(Dataset entries)
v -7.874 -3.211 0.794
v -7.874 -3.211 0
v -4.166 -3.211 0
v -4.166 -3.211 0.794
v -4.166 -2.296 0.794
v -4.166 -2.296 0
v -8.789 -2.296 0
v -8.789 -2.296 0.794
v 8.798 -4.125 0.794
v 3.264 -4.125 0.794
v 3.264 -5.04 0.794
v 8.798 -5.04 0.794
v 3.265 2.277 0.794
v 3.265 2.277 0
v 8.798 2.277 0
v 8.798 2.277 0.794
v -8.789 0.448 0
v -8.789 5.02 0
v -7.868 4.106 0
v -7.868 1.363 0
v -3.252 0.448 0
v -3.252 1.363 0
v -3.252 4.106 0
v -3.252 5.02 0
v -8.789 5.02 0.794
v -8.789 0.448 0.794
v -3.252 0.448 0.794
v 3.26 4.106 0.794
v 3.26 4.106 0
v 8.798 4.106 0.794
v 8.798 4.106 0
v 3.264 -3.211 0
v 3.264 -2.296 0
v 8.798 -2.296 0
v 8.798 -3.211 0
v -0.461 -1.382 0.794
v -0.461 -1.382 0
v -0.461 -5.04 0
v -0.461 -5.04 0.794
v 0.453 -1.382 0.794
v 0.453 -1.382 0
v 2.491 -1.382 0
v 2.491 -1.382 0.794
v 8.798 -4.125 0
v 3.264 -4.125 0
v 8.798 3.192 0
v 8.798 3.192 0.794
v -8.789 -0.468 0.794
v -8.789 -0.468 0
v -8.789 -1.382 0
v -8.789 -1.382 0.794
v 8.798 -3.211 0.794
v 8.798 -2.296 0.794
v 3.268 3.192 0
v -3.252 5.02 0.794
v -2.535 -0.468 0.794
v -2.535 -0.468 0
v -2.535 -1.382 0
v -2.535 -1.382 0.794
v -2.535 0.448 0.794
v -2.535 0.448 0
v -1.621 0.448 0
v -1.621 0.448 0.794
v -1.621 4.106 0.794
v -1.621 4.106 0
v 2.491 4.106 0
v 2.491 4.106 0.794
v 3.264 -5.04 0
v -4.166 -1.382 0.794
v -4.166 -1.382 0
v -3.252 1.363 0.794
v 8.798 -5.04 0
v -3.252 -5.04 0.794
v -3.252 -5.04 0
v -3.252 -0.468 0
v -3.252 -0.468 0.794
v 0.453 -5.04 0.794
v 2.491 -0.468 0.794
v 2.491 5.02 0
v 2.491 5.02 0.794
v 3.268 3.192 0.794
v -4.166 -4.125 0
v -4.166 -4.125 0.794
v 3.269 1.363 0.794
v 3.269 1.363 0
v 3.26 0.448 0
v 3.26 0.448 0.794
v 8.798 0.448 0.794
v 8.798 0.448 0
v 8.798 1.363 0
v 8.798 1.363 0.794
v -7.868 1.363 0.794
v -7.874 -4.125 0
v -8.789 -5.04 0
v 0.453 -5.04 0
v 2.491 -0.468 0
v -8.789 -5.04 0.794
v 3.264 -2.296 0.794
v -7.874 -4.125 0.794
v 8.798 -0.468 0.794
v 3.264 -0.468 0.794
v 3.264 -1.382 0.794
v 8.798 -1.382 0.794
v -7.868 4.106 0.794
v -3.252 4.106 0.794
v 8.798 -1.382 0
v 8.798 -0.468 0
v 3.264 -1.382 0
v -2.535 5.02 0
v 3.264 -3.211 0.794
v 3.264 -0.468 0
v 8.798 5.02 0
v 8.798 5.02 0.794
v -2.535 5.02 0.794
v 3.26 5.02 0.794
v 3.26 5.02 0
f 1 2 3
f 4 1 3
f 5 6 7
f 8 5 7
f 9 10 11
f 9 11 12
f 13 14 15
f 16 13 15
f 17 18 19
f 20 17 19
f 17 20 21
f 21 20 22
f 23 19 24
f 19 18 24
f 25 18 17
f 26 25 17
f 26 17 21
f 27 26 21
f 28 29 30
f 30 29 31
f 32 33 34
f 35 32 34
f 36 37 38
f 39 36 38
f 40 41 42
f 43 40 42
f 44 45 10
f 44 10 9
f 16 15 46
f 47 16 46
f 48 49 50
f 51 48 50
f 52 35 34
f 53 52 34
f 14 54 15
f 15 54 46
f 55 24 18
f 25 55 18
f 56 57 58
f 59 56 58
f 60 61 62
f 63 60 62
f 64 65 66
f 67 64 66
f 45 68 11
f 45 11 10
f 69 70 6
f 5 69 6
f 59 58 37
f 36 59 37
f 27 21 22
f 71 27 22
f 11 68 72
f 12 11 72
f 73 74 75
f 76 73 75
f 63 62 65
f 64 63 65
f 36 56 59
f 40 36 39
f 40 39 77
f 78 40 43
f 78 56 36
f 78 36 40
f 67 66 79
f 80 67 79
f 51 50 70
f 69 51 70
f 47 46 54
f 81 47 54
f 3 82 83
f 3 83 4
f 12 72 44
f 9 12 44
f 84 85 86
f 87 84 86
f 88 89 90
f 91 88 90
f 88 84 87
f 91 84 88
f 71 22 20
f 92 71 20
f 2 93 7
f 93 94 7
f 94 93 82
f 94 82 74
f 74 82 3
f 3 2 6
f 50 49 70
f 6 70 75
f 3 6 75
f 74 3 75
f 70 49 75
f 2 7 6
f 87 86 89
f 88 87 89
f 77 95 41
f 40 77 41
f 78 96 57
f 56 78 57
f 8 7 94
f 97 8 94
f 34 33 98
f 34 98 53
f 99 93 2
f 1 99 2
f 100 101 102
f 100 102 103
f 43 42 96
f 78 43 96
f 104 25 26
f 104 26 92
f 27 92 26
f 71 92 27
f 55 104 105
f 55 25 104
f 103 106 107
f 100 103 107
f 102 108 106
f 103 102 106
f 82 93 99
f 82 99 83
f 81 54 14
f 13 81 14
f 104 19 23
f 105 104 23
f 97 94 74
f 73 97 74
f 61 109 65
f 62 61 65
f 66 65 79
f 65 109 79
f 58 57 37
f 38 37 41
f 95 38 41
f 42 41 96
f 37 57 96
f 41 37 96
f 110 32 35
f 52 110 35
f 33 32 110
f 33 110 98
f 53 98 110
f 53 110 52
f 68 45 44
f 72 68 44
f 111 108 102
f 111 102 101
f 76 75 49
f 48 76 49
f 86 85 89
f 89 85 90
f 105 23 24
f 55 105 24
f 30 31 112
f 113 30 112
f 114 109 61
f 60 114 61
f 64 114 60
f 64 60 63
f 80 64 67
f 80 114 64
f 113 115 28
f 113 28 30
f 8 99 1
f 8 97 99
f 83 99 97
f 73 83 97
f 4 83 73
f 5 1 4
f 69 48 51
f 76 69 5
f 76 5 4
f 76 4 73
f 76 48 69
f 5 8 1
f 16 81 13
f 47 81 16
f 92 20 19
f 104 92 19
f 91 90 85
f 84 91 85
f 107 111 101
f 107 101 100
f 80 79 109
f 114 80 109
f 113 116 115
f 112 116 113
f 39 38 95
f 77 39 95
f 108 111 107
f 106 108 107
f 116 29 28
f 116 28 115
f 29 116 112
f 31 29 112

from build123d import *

# Parameters (mm, degrees)
F1_DEPTH = 0.79375
F0_W     = 5.5372115393
F0_H     = 0.9144
F0_W_2   = 5.5339674
F0_W_3   = 3.7084


with BuildPart() as f1:
    # F0 (on Top) → F1 (new body)
    with BuildSketch(Plane.XY):
        Polygon((-3.2516753042, 5.020469915), (-8.7888753042, 5.020469915), (-8.7888753042, 0.448469915), (-3.2516753042, 0.448469915), (-3.2516753042, 1.362869915), (-7.8683095053, 1.362869915), (-7.8683095053, 4.106069915), (-3.2516753042, 4.106069915), align=None)
    extrude(amount=F1_DEPTH)


with BuildPart() as f1b:
    # F0 (on Top) → F1, piece 2 (new body)
    with BuildSketch(Plane.XY):
        Polygon((2.491109306, 5.020469915), (-2.5352544617, 5.020469915), (-2.5352544617, 0.448469915), (-1.6208544617, 0.448469915), (-1.6208544617, 4.106069915), (2.491109306, 4.106069915), align=None)
    extrude(amount=F1_DEPTH)


with BuildPart() as f1c:
    # F0 (on Top) → F1, piece 3 (new body)
    with BuildSketch(Plane.XY):
        with Locations((6.0289475982, 4.563269915)):
            Rectangle(F0_W, F0_H)
    extrude(amount=F1_DEPTH)


with BuildPart() as f1d:
    # F0 (on Top) → F1, piece 4 (new body)
    with BuildSketch(Plane.XY):
        Polygon((8.7975533679, 2.277269915), (8.7975533679, 3.191669915), (3.2679176269, 3.191669915), (3.2648988339, 2.277269915), align=None)
    extrude(amount=F1_DEPTH)


with BuildPart() as f1e:
    # F0 (on Top) → F1, piece 5 (new body)
    with BuildSketch(Plane.XY):
        Polygon((3.2603533679, 0.448469915), (8.7975533679, 0.448469915), (8.7975533679, 1.362869915), (3.2693795056, 1.362869915), align=None)
    extrude(amount=F1_DEPTH)


with BuildPart() as f1f:
    # F0 (on Top) → F1, piece 6 (new body)
    with BuildSketch(Plane.XY):
        with Locations((6.0305696679, -0.9248565126)):
            Rectangle(F0_W_2, F0_H)
    extrude(amount=F1_DEPTH)


with BuildPart() as f1g:
    # F0 (on Top) → F1, piece 7 (new body)
    with BuildSketch(Plane.XY):
        with Locations((6.0305696679, -2.7536565126)):
            Rectangle(F0_W_2, F0_H)
    extrude(amount=F1_DEPTH)


with BuildPart() as f1h:
    # F0 (on Top) → F1, piece 8 (new body)
    with BuildSketch(Plane.XY):
        with Locations((6.0305696679, -4.5824565126)):
            Rectangle(F0_W_2, F0_H)
    extrude(amount=F1_DEPTH)


with BuildPart() as f1i:
    # F0 (on Top) → F1, piece 9 (new body)
    with BuildSketch(Plane.XY):
        Polygon((2.491109306, -0.4676565126), (-2.5352544617, -0.4676565126), (-2.5352544617, -1.3820565126), (-0.4614913196, -1.3820565126), (-0.4614913196, -2.2964565126), (-0.4614913196, -3.2108565126), (0.4529086804, -3.2108565126), (0.4529086804, -2.2964565126), (0.4529086804, -1.3820565126), (2.491109306, -1.3820565126), align=None)
        Polygon((-0.4614913196, -4.1252565126), (-0.4614913196, -5.0396565126), (0.4529086804, -5.0396565126), (0.4529086804, -4.1252565126), (0.4529086804, -3.2108565126), (-0.4614913196, -3.2108565126), align=None)
    extrude(amount=F1_DEPTH)


with BuildPart() as f1j:
    # F0 (on Top) → F1, piece 10 (new body)
    with BuildSketch(Plane.XY):
        Polygon((-4.1660753042, -2.2964565126), (-8.7888753042, -2.2964565126), (-8.7888753042, -5.0396565126), (-3.2516753042, -5.0396565126), (-3.2516753042, -4.1252565126), (-3.2516753042, -3.2108565126), (-3.2516753042, -2.2964565126), align=None)
        with Locations((-6.0202753042, -3.6680565126)):
            Rectangle(F0_W_3, F0_H, mode=Mode.SUBTRACT)
        Polygon((-3.2516753042, -0.4676565126), (-8.7888753042, -0.4676565126), (-8.7888753042, -1.3820565126), (-4.1660753042, -1.3820565126), (-4.1660753042, -2.2964565126), (-3.2516753042, -2.2964565126), (-3.2516753042, -1.3820565126), align=None)
    extrude(amount=F1_DEPTH)


solid = Compound([f1.part, f1b.part, f1c.part, f1d.part, f1e.part, f1f.part, f1g.part, f1h.part, f1i.part, f1j.part])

## What needs to be done
Copy exactly the stretch of data above from the line with "v -8.789 0.448 0.794" through the line with "v 2.491 -1.382 0.794", and omit all other lines.

## Response to this exercise
v -8.789 0.448 0.794
v -3.252 0.448 0.794
v 3.26 4.106 0.794
v 3.26 4.106 0
v 8.798 4.106 0.794
v 8.798 4.106 0
v 3.264 -3.211 0
v 3.264 -2.296 0
v 8.798 -2.296 0
v 8.798 -3.211 0
v -0.461 -1.382 0.794
v -0.461 -1.382 0
v -0.461 -5.04 0
v -0.461 -5.04 0.794
v 0.453 -1.382 0.794
v 0.453 -1.382 0
v 2.491 -1.382 0
v 2.491 -1.382 0.794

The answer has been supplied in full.